The prototype consisted of the not so hypothetical query, “How many of our customers
have multiple products”? We had to come up with a way of satisfying the executives
thirst for knowledge and their impatience with long response times. After some
brainstorming I came up with the following solution:
1. Develop a “Customer to Product Relationship Table” updated daily from the Product
Warehouse.
2. Creation of a temporary table using the Relationship table as input, containing two
fields.
Customer# # of Products
12345 2
45689 5 Creation time for this table against a 17 million row warehouse
56423 3 on an AS/400 was 2 minutes.
etc. etc.
3. Count the number of records in the above temporary table thereby obtaining the
answer.
Steps two and three were obtained through the following SQL code:
CREATE TABLE TEMP1 (COL1 INT, COL2 INT)
INSERT INTO TEMP1
SELECT T03CUSTNUM, COUNT(T03PRODCOD) FROM WEBT030P
GROUP BY T03CUSTNUM HAVING COUNT (T03PRODCOD) > 1
SELECT COUNT (*) FROM TEMP1
Assume for a moment that we are able to convince the executives to sit down with us and
help us pre-define their queries. We could then set up a series of jobs that would run at
night whose sole purpose was to create a series of temporary tables, one for each
executive query. At that point, come morning the executives would have but to press a
key or click a button to obtain answers with sub-second response time.
39. 39
Conclusion
Time is of the essence. We need to overhaul TENET’s data warehouse now. Not
tomorrow, or the day after, but now. The current architecture does not promote itself to
unhindered growth. What confirms this are the difficulties we are encountering to add the
ORNDA hospitals, due to the different “patient account number” field sizes. In addition,
there are the lack of edits, which cause the notorious garbage in garbage out situation.
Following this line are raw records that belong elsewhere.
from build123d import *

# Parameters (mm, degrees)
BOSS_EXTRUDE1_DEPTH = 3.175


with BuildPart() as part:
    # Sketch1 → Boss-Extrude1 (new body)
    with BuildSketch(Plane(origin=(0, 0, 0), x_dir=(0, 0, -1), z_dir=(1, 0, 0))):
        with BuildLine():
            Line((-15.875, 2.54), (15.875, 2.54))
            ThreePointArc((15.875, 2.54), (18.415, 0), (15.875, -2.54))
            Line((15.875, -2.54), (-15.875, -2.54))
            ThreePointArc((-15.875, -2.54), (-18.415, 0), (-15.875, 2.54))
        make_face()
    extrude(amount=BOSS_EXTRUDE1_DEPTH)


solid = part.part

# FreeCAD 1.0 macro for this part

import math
import FreeCAD as App
import Part
import Sketcher
Q = App.Units.Quantity

doc = App.newDocument("Part")
body = doc.addObject("PartDesign::Body", "Body")

# Sketch on YZ plane
sketch1 = body.newObject("Sketcher::SketchObject", "Sketch")
sketch1.AttachmentSupport = (doc.getObject("YZ_Plane"), [""])
sketch1.MapMode = "FlatFace"
sketch1.addGeometry([
    Part.LineSegment(App.Vector(2.5, -15.9, 0), App.Vector(2.5, 15.9, 0)),
    Part.ArcOfCircle(Part.Circle(App.Vector(0, 15.9, 0), App.Vector(0, 0, 1), 2.5), math.radians(0), math.radians(180)),
    Part.LineSegment(App.Vector(-2.5, 15.9, 0), App.Vector(-2.5, -15.9, 0)),
    Part.ArcOfCircle(Part.Circle(App.Vector(0, -15.9, 0), App.Vector(0, 0, 1), 2.5), math.radians(180), math.radians(360)),
], False)
sketch1.addConstraint([
    Sketcher.Constraint("Tangent", 0, 2, 1, 1),
    Sketcher.Constraint("Tangent", 1, 2, 2, 1),
    Sketcher.Constraint("Tangent", 2, 2, 3, 1),
    Sketcher.Constraint("Tangent", 3, 2, 0, 1),
    Sketcher.Constraint("Vertical", 0),
    Sketcher.Constraint("Vertical", 2),
    Sketcher.Constraint("Symmetric", 1, 3, 3, 3, -1, 1),
    Sketcher.Constraint("Radius", 1, Q("0.1 in")),
    Sketcher.Constraint("DistanceY", 0, 1, 0, 2, Q("1.25 in")),
])
pad1 = body.newObject("PartDesign::Pad", "Pad")
pad1.Profile = sketch1
pad1.Length = Q("0.125 in")

doc.recompute()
Wasted storage space, no metadata, and inefficient propagation procedures. If we
maintain the status quo it is only a matter of time before we jeopardize our relationship
with TENET. This scenario is particularly undesirable in light of the recent IPO.
There are several major roadblocks to implementing this overhaul. First and foremost,
“If it ain’t broke, don’t fix it”. Well, its about to break. Second, if we get the go ahead to
modernize the architecture, the three homegrown applications, CASEMIX, PQS, and
Cost Accounting will have to be re-written, and the users will have to be re-trained to
access the new data warehouse. So we are looking at embarking on a project of epic
proportions which frankly, TENET may not be interested with. In which case, amen. But,
if my vision makes sense to you and you feel, like I do, that there is a need for powerful
data warehousing solutions such as the one I have depicted in this novel, then we can lay
down the foundations for PEROT Systems to become a major player in providing
customized data warehousing solutions for our current and future clients.